● **REQUIRED ACTION**
Below are lines of data, and only some are wanted. Please repeat exactly those from the line that has "e47 v27 v26 LINE" through the line that has "# FreeCAD 1.0 macro for this part".

● **DATA FOR REVIEW**
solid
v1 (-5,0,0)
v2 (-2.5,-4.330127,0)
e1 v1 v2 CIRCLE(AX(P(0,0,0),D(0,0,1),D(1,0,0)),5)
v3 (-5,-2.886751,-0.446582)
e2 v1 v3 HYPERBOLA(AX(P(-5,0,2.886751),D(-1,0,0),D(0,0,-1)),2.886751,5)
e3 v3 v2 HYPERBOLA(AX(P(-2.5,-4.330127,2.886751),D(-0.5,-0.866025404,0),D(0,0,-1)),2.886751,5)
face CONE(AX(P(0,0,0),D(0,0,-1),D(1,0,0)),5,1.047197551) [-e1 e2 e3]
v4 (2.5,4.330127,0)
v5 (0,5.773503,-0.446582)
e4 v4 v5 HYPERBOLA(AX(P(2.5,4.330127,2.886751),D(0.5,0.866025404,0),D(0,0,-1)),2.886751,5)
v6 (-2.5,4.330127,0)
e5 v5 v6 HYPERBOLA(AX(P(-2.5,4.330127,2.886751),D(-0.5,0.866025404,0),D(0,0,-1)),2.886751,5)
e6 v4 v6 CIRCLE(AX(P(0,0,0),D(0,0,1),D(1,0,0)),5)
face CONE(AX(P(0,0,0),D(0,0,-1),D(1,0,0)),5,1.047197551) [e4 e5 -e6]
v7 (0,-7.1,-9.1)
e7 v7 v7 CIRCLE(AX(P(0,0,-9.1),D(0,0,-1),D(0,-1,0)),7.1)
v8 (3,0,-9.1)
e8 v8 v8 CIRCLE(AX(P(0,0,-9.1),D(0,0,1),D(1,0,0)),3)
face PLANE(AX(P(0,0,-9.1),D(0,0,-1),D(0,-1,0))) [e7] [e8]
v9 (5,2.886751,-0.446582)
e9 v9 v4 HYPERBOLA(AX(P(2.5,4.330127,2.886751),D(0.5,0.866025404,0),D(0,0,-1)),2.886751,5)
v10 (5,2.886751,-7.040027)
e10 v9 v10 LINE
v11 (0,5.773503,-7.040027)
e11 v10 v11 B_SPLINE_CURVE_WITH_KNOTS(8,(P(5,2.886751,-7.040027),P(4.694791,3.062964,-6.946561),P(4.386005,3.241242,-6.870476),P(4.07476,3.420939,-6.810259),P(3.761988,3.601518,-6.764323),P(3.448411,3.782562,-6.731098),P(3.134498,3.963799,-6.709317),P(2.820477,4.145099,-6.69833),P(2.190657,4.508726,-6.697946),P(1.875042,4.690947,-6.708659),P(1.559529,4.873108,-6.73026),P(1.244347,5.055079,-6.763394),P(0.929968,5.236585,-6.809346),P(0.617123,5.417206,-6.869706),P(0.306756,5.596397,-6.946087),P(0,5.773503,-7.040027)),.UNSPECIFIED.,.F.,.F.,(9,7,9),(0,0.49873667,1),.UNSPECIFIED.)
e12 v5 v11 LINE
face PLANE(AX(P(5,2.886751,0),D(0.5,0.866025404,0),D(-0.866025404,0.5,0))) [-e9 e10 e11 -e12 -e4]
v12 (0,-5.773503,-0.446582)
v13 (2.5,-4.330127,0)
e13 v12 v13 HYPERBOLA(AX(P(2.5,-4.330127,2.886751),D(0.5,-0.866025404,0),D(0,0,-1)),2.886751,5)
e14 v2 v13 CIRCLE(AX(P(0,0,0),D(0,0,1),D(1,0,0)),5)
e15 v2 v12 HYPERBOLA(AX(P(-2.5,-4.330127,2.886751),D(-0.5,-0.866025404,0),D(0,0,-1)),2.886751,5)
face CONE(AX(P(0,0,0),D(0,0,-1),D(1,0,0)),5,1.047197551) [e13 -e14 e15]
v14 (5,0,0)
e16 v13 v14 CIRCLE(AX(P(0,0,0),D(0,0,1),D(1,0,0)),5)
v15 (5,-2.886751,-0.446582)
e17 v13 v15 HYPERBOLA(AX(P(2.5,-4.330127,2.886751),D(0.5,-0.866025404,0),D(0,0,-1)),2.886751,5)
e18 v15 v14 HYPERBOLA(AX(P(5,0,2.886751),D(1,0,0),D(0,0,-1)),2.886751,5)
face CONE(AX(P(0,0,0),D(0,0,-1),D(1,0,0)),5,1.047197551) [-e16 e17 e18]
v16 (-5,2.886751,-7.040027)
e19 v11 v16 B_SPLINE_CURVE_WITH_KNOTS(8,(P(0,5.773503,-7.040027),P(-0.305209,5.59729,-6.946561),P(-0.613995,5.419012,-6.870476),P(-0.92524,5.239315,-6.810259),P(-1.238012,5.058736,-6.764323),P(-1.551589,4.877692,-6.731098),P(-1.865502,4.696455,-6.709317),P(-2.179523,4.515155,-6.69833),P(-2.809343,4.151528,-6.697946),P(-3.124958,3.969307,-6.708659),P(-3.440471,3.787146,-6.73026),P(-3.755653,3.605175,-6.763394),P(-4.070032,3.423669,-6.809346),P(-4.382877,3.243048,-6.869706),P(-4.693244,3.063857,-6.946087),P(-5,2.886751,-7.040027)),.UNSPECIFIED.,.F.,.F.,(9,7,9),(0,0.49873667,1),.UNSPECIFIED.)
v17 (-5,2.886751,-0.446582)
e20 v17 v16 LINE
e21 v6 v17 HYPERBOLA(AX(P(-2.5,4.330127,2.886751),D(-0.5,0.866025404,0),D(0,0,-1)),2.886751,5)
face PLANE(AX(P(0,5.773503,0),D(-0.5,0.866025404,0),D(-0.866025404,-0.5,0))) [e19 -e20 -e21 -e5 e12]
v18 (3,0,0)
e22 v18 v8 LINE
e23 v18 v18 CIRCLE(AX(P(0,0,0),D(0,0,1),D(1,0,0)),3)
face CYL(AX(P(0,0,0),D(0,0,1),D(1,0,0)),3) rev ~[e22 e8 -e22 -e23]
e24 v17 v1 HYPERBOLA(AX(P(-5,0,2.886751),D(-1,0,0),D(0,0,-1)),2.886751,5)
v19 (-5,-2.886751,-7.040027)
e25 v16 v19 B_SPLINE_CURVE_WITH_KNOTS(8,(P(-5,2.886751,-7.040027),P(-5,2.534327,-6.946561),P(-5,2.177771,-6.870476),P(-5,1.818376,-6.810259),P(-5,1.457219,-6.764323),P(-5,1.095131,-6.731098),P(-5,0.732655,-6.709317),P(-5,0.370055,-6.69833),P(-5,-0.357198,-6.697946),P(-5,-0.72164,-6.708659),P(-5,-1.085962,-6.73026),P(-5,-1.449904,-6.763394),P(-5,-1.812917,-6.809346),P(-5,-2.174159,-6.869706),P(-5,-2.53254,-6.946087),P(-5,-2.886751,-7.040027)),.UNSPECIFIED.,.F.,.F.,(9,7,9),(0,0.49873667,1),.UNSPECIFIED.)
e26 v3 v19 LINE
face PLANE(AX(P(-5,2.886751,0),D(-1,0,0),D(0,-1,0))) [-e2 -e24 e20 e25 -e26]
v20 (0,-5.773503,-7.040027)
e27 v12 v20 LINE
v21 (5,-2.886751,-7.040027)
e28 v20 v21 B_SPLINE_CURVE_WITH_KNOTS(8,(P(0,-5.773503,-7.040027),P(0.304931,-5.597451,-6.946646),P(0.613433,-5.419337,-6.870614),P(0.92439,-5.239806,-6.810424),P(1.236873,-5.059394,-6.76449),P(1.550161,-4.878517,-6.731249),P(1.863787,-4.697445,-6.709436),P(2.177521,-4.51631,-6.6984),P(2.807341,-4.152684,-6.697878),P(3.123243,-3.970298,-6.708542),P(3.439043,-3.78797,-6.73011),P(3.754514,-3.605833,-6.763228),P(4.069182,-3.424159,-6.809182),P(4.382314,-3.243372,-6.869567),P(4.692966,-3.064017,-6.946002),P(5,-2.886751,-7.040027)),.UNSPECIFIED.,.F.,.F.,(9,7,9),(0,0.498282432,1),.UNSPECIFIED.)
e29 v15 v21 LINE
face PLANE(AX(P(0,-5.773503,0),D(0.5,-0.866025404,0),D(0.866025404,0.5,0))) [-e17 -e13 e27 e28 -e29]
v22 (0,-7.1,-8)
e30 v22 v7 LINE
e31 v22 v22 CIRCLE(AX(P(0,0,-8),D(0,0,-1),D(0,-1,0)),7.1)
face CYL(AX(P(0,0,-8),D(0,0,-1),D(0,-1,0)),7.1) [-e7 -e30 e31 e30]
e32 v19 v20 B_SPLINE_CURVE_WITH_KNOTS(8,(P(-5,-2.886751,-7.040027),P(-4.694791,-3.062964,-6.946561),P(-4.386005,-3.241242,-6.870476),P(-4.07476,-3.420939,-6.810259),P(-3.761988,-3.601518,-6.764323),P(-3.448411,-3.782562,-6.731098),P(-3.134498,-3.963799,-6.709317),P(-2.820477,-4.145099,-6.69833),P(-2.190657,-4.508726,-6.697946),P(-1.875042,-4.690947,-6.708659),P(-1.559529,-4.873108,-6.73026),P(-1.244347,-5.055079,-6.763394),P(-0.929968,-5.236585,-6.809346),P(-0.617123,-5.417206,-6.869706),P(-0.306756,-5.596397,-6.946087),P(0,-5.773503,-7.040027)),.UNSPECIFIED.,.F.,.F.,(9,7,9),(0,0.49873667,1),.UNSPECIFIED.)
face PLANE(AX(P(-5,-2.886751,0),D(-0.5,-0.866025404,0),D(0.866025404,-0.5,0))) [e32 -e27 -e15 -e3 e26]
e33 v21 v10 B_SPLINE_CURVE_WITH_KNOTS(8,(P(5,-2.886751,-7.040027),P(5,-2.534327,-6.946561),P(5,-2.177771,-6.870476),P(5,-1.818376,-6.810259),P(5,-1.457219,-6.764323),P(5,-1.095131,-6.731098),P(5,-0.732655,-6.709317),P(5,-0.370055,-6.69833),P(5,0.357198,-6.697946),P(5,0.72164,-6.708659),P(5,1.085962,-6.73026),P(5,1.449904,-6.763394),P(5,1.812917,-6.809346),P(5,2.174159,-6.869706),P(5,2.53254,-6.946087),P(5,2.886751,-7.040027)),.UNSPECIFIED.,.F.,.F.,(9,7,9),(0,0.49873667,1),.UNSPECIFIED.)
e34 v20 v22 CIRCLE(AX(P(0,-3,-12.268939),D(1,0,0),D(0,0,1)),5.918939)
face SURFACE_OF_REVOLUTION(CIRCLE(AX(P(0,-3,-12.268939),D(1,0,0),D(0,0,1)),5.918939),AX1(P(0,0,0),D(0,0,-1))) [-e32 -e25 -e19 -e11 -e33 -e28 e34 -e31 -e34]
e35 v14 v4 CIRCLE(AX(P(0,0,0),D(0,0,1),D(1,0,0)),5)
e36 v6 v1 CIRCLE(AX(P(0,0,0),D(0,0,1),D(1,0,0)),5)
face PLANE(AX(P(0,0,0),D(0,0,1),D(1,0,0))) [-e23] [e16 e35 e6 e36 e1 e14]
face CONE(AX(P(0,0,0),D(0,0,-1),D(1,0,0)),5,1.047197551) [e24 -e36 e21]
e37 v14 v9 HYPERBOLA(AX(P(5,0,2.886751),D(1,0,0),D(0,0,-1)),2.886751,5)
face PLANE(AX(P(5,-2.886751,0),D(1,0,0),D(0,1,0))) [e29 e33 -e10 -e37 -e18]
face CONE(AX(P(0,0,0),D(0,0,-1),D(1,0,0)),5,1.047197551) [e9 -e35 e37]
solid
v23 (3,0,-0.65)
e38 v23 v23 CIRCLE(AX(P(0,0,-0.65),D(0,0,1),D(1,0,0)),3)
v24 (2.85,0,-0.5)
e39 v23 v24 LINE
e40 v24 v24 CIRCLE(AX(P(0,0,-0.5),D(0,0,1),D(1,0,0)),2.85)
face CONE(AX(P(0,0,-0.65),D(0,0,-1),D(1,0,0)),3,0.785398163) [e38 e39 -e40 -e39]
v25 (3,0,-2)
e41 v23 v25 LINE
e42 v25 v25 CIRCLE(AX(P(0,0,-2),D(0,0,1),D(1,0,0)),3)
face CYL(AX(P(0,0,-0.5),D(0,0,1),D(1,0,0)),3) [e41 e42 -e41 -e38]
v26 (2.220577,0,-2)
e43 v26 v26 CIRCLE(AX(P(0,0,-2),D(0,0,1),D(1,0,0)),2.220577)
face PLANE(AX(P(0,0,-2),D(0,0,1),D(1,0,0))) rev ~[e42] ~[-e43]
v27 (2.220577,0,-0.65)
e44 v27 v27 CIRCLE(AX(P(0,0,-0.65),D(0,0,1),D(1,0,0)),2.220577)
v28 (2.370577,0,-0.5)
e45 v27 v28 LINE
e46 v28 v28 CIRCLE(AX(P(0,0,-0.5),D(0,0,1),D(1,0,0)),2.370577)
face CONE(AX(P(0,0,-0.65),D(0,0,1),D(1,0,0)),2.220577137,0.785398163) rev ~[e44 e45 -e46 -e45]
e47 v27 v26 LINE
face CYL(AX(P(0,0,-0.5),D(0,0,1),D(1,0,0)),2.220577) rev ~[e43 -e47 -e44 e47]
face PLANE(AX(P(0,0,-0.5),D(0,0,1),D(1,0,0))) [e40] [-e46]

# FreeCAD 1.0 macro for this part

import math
import FreeCAD as App
import Part
import Sketcher
from FreeCAD import Vector
Q = App.Units.Quantity


def edges_at(feature, points):
    """Names of the edges that pass closest to the given points."""
    edges = feature.Shape.Edges
    near = lambda p: min(range(len(edges)), key=lambda i: edges[i].distToShape(Part.Vertex(*p))[0])
    return sorted({f"Edge{near(p) + 1}" for p in points})


def faces_at(feature, points):
    """Names of the faces that lie closest to the given points."""
    faces = feature.Shape.Faces
    near = lambda p: min(range(len(faces)), key=lambda i: faces[i].distToShape(Part.Vertex(*p))[0])
    return sorted({f"Face{near(p) + 1}" for p in points})


def add_polygon(sketch, points):
    """Adds a closed chain of lines whose ends are joined by coincident constraints."""
    first, n = sketch.GeometryCount, len(points)
    for a, b in zip(points, points[1:] + points[:1]):
        sketch.addGeometry(Part.LineSegment(App.Vector(*a, 0), App.Vector(*b, 0)), False)
    for i in range(n):
        sketch.addConstraint(Sketcher.Constraint("Coincident", first + i, 2, first + (i + 1) % n, 1))

doc = App.newDocument("Part")
params = doc.addObject("Spreadsheet::Sheet", "Params")
for row, (alias, value) in enumerate([
    ("sketch1_diameter", "6 mm"),
    ("pad1_length", "9.1 mm"),
    ("sketch2_diameter", "10 mm"),
    ("pad2_length", "12.880376 mm"),
    ("draft_angle", "60 deg"),
    ("sketch3_width", "4.1 mm"),
    ("sketch3_height", "1.1 mm"),
    ("sketch3_height2", "2.75 mm"),
    ("revolution_angle", "360 deg"),
    ("sketch4_diameter", "6 mm"),
    ("pad3_length", "1.5 mm"),
    ("chamfer_size", "0.15 mm"),
], start=1):
    params.set(f"A{row}", alias)
    params.set(f"B{row}", "=" + value)
    params.setAlias(f"B{row}", alias)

● **RESULT OF THE TASK**
e47 v27 v26 LINE
face CYL(AX(P(0,0,-0.5),D(0,0,1),D(1,0,0)),2.220577) rev ~[e43 -e47 -e44 e47]
face PLANE(AX(P(0,0,-0.5),D(0,0,1),D(1,0,0))) [e40] [-e46]

# FreeCAD 1.0 macro for this part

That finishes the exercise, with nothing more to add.